| Shrimp is Big Deal at Earth Day |
Access to fresh Gulf shrimp is one of the great advantages of living in Houston, but there are threats to the local shrimp industry because about 90 percent of the shrimp consumed in the United States is imported from shrimp farms in Asia. Shrimp and other issues of sustainability will be the theme of UST’s 2013 Earth Day Festival and Lecture on April 25.
Local Food at Earth Day Festival
Environmental Science and Studies students will host a free Earth Day Festival from 12:30-2:30 p.m. on UST’s Academic Mall. Students will lead a series of booths focusing on:
- Local food initiatives – “Local Food Network: ‘Nutritious and Delicious’”
- Urban wildlife – “Celts’ Critters”
- Recycling – “R3”
- Solar energy – “Sundrop”
During the festival, local food will be available. There will also be live “critters” to visit like owls and gators, a solar cooking demo, and a place to bring old shoes, jeans and other items for recycling.
Sister Damien Marie Savino, FSE, assistant professor and chair of ESS, said the students developed the ideas for their booths as part of a project for their environmental capstone class.
“The environmental science and studies majors wanted to host a fun and educational ‘green fest’ on campus to share their knowledge and enthusiasm with fellow students, faculty and staff,” she said. “I’m proud of the way they’ve taken ownership of the project and worked collaboratively.
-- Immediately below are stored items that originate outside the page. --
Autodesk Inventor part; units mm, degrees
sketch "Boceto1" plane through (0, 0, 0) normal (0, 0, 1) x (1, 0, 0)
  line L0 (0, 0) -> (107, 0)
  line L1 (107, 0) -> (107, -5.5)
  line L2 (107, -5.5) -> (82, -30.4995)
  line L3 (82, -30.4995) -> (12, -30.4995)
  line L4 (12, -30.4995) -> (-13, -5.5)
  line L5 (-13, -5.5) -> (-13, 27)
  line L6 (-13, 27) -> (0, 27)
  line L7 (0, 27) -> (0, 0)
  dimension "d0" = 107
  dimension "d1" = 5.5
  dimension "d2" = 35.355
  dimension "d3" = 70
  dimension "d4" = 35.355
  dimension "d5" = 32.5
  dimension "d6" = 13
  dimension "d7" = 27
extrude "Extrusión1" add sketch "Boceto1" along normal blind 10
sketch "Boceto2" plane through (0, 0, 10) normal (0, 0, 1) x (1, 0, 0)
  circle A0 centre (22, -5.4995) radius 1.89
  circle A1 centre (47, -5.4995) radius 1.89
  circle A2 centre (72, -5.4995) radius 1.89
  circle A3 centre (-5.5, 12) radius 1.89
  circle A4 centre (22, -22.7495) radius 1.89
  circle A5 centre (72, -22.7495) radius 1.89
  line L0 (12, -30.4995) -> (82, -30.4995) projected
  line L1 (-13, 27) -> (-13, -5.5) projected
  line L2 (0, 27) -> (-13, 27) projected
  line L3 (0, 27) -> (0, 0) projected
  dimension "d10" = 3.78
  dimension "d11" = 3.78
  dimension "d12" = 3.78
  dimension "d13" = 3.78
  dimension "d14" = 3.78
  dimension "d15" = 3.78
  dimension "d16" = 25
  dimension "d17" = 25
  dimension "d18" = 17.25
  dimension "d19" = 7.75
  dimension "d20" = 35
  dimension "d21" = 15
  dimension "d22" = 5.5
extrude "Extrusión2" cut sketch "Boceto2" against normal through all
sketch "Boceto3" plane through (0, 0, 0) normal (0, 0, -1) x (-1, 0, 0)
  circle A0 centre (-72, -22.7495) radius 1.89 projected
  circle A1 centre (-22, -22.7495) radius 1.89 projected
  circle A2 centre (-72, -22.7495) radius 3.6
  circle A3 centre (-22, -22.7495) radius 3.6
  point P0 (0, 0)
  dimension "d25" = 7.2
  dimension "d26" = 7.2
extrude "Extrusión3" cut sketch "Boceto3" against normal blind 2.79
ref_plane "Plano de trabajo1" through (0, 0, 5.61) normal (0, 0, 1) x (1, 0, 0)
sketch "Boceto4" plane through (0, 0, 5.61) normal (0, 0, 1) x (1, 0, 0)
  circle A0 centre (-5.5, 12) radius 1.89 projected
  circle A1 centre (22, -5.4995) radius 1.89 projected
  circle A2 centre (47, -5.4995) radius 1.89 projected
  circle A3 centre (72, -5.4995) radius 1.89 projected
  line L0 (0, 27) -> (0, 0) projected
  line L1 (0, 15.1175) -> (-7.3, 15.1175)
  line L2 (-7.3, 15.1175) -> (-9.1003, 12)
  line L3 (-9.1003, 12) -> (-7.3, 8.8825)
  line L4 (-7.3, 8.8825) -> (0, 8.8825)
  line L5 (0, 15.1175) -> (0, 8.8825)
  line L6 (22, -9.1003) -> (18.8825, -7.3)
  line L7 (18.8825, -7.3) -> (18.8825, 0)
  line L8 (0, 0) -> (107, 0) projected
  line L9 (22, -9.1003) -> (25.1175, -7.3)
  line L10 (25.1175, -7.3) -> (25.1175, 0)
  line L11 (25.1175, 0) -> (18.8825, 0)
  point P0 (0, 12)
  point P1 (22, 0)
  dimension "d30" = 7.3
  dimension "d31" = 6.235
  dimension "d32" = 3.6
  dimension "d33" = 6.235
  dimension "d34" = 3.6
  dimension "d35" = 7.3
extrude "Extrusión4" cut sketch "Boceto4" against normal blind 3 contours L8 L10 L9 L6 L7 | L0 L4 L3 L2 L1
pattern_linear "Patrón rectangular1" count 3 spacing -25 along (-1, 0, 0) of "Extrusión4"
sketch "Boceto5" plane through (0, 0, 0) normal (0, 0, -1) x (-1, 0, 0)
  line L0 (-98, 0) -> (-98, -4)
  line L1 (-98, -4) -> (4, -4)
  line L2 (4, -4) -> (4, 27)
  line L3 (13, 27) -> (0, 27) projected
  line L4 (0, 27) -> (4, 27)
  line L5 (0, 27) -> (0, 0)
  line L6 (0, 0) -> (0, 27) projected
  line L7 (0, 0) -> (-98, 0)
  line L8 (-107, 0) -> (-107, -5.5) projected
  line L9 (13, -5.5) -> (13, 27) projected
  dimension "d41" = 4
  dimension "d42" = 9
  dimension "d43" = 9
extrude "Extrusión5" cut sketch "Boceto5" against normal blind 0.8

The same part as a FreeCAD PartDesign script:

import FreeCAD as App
import Part
import Sketcher

V = App.Vector


def add_polygon(sketch, points):
    """Adds a closed chain of lines whose ends are joined by coincident constraints."""
    first, n = sketch.GeometryCount, len(points)
    for a, b in zip(points, points[1:] + points[:1]):
        sketch.addGeometry(Part.LineSegment(App.Vector(*a, 0), App.Vector(*b, 0)), False)
    for i in range(n):
        sketch.addConstraint(Sketcher.Constraint("Coincident", first + i, 2, first + (i + 1) % n, 1))

doc = App.newDocument("Part")
params = doc.addObject("Spreadsheet::Sheet", "Params")
for row, (alias, value) in enumerate([
    ("sketch1_width", "107 mm"),
    ("sketch1_width2", "13 mm"),
    ("sketch1_width3", "70 mm"),
    ("sketch1_height", "27 mm"),
    ("sketch1_height2", "32.5 mm"),
    ("pad1_length", "10 mm"),
    ("sketch2_diameter", "3.78 mm"),
    ("sketch3_diameter", "7.2 mm"),
    ("sketch3_diameter2", "3.78 mm"),
    ("pocket2_length", "2.79 mm"),
    ("sketch4_width", "7.3 mm"),
    ("sketch4_length", "3.6 mm"),
    ("sketch4_diameter", "3.78 mm"),
    ("pocket3_length", "3 mm"),
    ("linearpattern_pitch", "25 mm"),
    ("sketch5_width", "4 mm"),
    ("sketch5_width2", "98 mm"),
    ("sketch5_height", "31 mm"),
    ("pocket4_length", "0.8 mm"),
], start=1):
    params.set(f"A{row}", alias)
    params.set(f"B{row}", "=" + value)
    params.setAlias(f"B{row}", alias)

body = doc.addObject("PartDesign::Body", "Body")

# Sketch on XY plane
sketch1 = body.newObject("Sketcher::SketchObject", "Sketch")
sketch1.AttachmentSupport = (doc.getObject("XY_Plane"), [""])
sketch1.MapMode = "FlatFace"
add_polygon(sketch1, [(107, 0), (0, 0), (0, 27), (-13, 27), (-13, -6), (12, -30), (82, -30), (107, -6)])  # lines 0-7
sketch1.addConstraint([
    Sketcher.Constraint("Horizontal", 0),
    Sketcher.Constraint("Vertical", 1),
    Sketcher.Constraint("Horizontal", 2),
    Sketcher.Constraint("Vertical", 3),
    Sketcher.Constraint("Horizontal", 5),
    Sketcher.Constraint("Vertical", 7),
    Sketcher.Constraint("Coincident", 0, 2, -1, 1),
    Sketcher.Constraint("Perpendicular", 4, 6),
    Sketcher.Constraint("Horizontal", 3, 2, 6, 2),
    Sketcher.Constraint("Equal", 4, 6),
    Sketcher.Constraint("DistanceX", 0, 2, 0, 1, 107.0),
    Sketcher.Constraint("DistanceX", 2, 2, 2, 1, 13.0),
    Sketcher.Constraint("DistanceX", 5, 1, 5, 2, 70.0),
    Sketcher.Constraint("DistanceY", 1, 1, 1, 2, 27.0),
    Sketcher.Constraint("DistanceY", 3, 2, 3, 1, 32.5),
])
sketch1.setExpression("Constraints[18]", "Params.sketch1_width")
sketch1.setExpression("Constraints[19]", "Params.sketch1_width2")
sketch1.setExpression("Constraints[20]", "Params.sketch1_width3")
sketch1.setExpression("Constraints[21]", "Params.sketch1_height")
sketch1.setExpression("Constraints[22]", "Params.sketch1_height2")
pad1 = body.newObject("PartDesign::Pad", "Pad")
pad1.Profile = sketch1
pad1.setExpression("Length", "Params.pad1_length")

# Sketch on XY plane
sketch2 = body.newObject("Sketcher::SketchObject", "Sketch001")
sketch2.AttachmentSupport = (doc.getObject("XY_Plane"), [""])
sketch2.MapMode = "FlatFace"
sketch2.AttachmentOffset = App.Placement(V(0, 0, 10), App.Rotation())
sketch2.addGeometry([
    Part.Circle(V(22, -5.5, 0), V(0, 0, 1), 1.9),  # 0
    Part.Circle(V(47, -5.5, 0), V(0, 0, 1), 1.9),  # 1
    Part.Circle(V(72, -5.5, 0), V(0, 0, 1), 1.9),  # 2
    Part.Circle(V(-5.5, 12, 0), V(0, 0, 1), 1.9),  # 3
    Part.Circle(V(22, -22.7, 0), V(0, 0, 1), 1.9),  # 4
    Part.Circle(V(72, -22.7, 0), V(0, 0, 1), 1.9),  # 5
], False)
sketch2.addConstraint([
    Sketcher.Constraint("Equal", 0, 1),
    Sketcher.Constraint("Equal", 1, 2),
    Sketcher.Constraint("Equal", 2, 3),
    Sketcher.Constraint("Equal", 3, 4),
    Sketcher.Constraint("Equal", 4, 5),
    Sketcher.Constraint("Horizontal", 0, 3, 1, 3),
    Sketcher.Constraint("Horizontal", 1, 3, 2, 3),
    Sketcher.Constraint("Horizontal", 4, 3, 5, 3),
    Sketcher.Constraint("Vertical", 0, 3, 4, 3),
    Sketcher.Constraint("Vertical", 2, 3, 5, 3),
    Sketcher.Constraint("Diameter", 0, 3.78),
    Sketcher.Constraint("DistanceX", 0, 3, 1, 3, 25.0),
    Sketcher.Constraint("DistanceX", 1, 3, 2, 3, 25.0),
    Sketcher.Constraint("DistanceX", 3, 3, -1, 1, 5.5),
    Sketcher.Constraint("DistanceY", 4, 3, 0, 3, 17.25),
    Sketcher.Constraint("DistanceX", -1, 1, 0, 3, 22.0),
    Sketcher.Constraint("DistanceY", -1, 1, 3, 3, 12.0),
    Sketcher.Constraint("DistanceY", 0, 3, -1, 1, 5.4995),
])
sketch2.setExpression("Constraints[10]", "Params.sketch2_diameter")
pocket1 = body.newObject("PartDesign::Pocket", "Pocket")
pocket1.Profile = sketch2
pocket1.Type = "ThroughAll"

# Sketch on XY plane
sketch3 = body.newObject("Sketcher::SketchObject", "Sketch002")
sketch3.AttachmentSupport = (doc.getObject("XY_Plane"), [""])
sketch3.MapMode = "FlatFace"
sketch3.addGeometry([
    Part.Circle(V(72, -22.7, 0), V(0, 0, 1), 3.6),
    Part.Circle(V(72, -22.7, 0), V(0, 0, 1), 1.9),
    Part.Circle(V(22, -22.7, 0), V(0, 0, 1), 3.6),
    Part.Circle(V(22, -22.7, 0), V(0, 0, 1), 1.9),
], False)
sketch3.addConstraint([
    Sketcher.Constraint("Coincident", 1, 3, 0, 3),
    Sketcher.Constraint("Coincident", 3, 3, 2, 3),
    Sketcher.Constraint("Equal", 0, 2),
    Sketcher.Constraint("Equal", 1, 3),
    Sketcher.Constraint("Horizontal", 1, 3, 2, 3),
    Sketcher.Constraint("Diameter", 0, 7.2),
    Sketcher.Constraint("Diameter", 1, 3.78),
    Sketcher.Constraint("DistanceX", -1, 1, 0, 3, 72.0),
    Sketcher.Constraint("DistanceX", -1, 1, 2, 3, 22.0),
    Sketcher.Constraint("DistanceY", 0, 3, -1, 1, 22.7495),
])
sketch3.setExpression("Constraints[5]", "Params.sketch3_diameter")
sketch3.setExpression("Constraints[6]", "Params.sketch3_diameter2")
pocket2 = body.newObject("PartDesign::Pocket", "Pocket001")
pocket2.Profile = sketch3
pocket2.setExpression("Length", "Params.pocket2_length")
pocket2.Reversed = True

# Sketch on XY plane
sketch4 = body.newObject("Sketcher::SketchObject", "Sketch003")
sketch4.AttachmentSupport = (doc.getObject("XY_Plane"), [""])
sketch4.MapMode = "FlatFace"
sketch4.AttachmentOffset = App.Placement(V(0, 0, 5.61), App.Rotation())
add_polygon(sketch4, [(25.1, 0), (18.9, 0), (18.9, -7.3), (22, -9.1), (25.1, -7.3)])  # lines 0-4
sketch4.addGeometry(Part.Circle(V(22, -5.5, 0), V(0, 0, 1), 1.9), False)  # 5
add_polygon(sketch4, [(0, 8.9), (0, 15.1), (-7.3, 15.1), (-9.1, 12), (-7.3, 8.9)])  # lines 6-10
sketch4.addGeometry(Part.Circle(V(-5.5, 12, 0), V(0, 0, 1), 1.9), False)  # 11
sketch4.addConstraint([
    Sketcher.Constraint("Horizontal", 0),
    Sketcher.Constraint("Vertical", 1),
    Sketcher.Constraint("Vertical", 4),
    Sketcher.Constraint("Vertical", 6),
    Sketcher.Constraint("Horizontal", 7),
    Sketcher.Constraint("Horizontal", 10),
    Sketcher.Constraint("Equal", 5, 11),
    Sketcher.Constraint("PointOnObject", 0, 2, -1),
    Sketcher.Constraint("PointOnObject", 6, 2, -2),
    Sketcher.Constraint("Perpendicular", 2, 8),
    Sketcher.Constraint("Perpendicular", 3, 9),
    Sketcher.Constraint("Horizontal", 1, 2, 3, 2),
    Sketcher.Constraint("Horizontal", 11, 3, 8, 2),
    Sketcher.Constraint("Vertical", 5, 3, 2, 2),
    Sketcher.Constraint("Vertical", 7, 2, 9, 2),
    Sketcher.Constraint("Equal", 10, 1),
    Sketcher.Constraint("Equal", 0, 6),
    Sketcher.Constraint("Equal", 2, 3),
    Sketcher.Constraint("DistanceX", 7, 2, 7, 1, 7.3),
    Sketcher.Constraint("Distance", 2, 3.6),
    Sketcher.Constraint("Diameter", 5, 3.78),
    Sketcher.Constraint("DistanceX", 0, 2, 0, 1, 6.235),
    Sketcher.Constraint("DistanceX", -1, 1, 5, 3, 22.0),
    Sketcher.Constraint("DistanceY", -1, 1, 11, 3, 12.0),
    Sketcher.Constraint("DistanceX", 11, 3, -1, 1, 5.5),
    Sketcher.Constraint("DistanceY", 5, 3, 6, 2, 20.617),
])
sketch4.setExpression("Constraints[28]", "Params.sketch4_width")
sketch4.setExpression("Constraints[29]", "Params.sketch4_length")
sketch4.setExpression("Constraints[30]", "Params.sketch4_diameter")
pocket3 = body.newObject("PartDesign::Pocket", "Pocket002")
pocket3.Profile = sketch4
pocket3.setExpression("Length", "Params.pocket3_length")
doc.recompute()

linearpattern = body.newObject("PartDesign::LinearPattern", "LinearPattern")
linearpattern.Originals = [pocket3]
linearpattern.Direction = (doc.getObject("X_Axis"), [""])
linearpattern.Mode = "offset"
linearpattern.setExpression("Offset", "Params.linearpattern_pitch")
linearpattern.Occurrences = 3
body.Tip = linearpattern

# Sketch on XY plane
sketch5 = body.newObject("Sketcher::SketchObject", "Sketch004")
sketch5.AttachmentSupport = (doc.getObject("XY_Plane"), [""])
sketch5.MapMode = "FlatFace"
add_polygon(sketch5, [(0, 0), (98, 0), (98, -4), (-4, -4), (-4, 27), (0, 27)])  # lines 0-5
sketch5.addConstraint([
    Sketcher.Constraint("Horizontal", 0),
    Sketcher.Constraint("Vertical", 1),
    Sketcher.Constraint("Horizontal", 2),
    Sketcher.Constraint("Vertical", 3),
    Sketcher.Constraint("Horizontal", 4),
    Sketcher.Constraint("Vertical", 5),
    Sketcher.Constraint("Coincident", 5, 2, -1, 1),
    Sketcher.Constraint("Equal", 4, 1),
    Sketcher.Constraint("DistanceX", 4, 1, 4, 2, 4.0),
    Sketcher.Constraint("DistanceX", 0, 1, 0, 2, 98.0),
    Sketcher.Constraint("DistanceY", 3, 1, 3, 2, 31.0),
])
sketch5.setExpression("Constraints[14]", "Params.sketch5_width")
sketch5.setExpression("Constraints[15]", "Params.sketch5_width2")
sketch5.setExpression("Constraints[16]", "Params.sketch5_height")
pocket4 = body.newObject("PartDesign::Pocket", "Pocket003")
pocket4.Profile = sketch5
pocket4.setExpression("Length", "Params.pocket4_length")
pocket4.Reversed = True

doc.recompute()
As a department, we emphasize practical application of ideas and values, and this is one expression of that goal. I hope the festival is a meaningful experience for our students and the University community.”
Experts Talk Shrimp at Lecture
In the evening, Regina Pena, owner and president of Philly Seafood, and Brian Shernak, marketing director of Philly Seafood, will give a lecture on the science and sustainability of domestic wild shrimp, “From Our Family Boats to Your Family Table,” at 7 p.m. in Cullen Hall, 4001 Mt. Vernon.
Sister Damien Marie said the sustainability of domestic wild shrimp is an important issue, both because shrimp is a local food resource and because the livelihood of local Gulf shrimpers is at stake in the face of increasing pressures from imported shrimp. Gulf shrimpers have suffered economic losses as cheaper foreign imports have undercut their prices, and there are also significant environmental implications because foreign shrimp farms practice notoriously poor environmental management. Domestic wild shrimp, which constitute only 10 percent of the shrimp consumed in the United States – of which 75 percent is from the Gulf of Mexico – is considered significantly more sustainable than imported-farmed shrimp.
“Sustainable seafood is a global issue, and one that impacts Houstonians in a particular way since the Gulf of Mexico is in our backyard,” she said.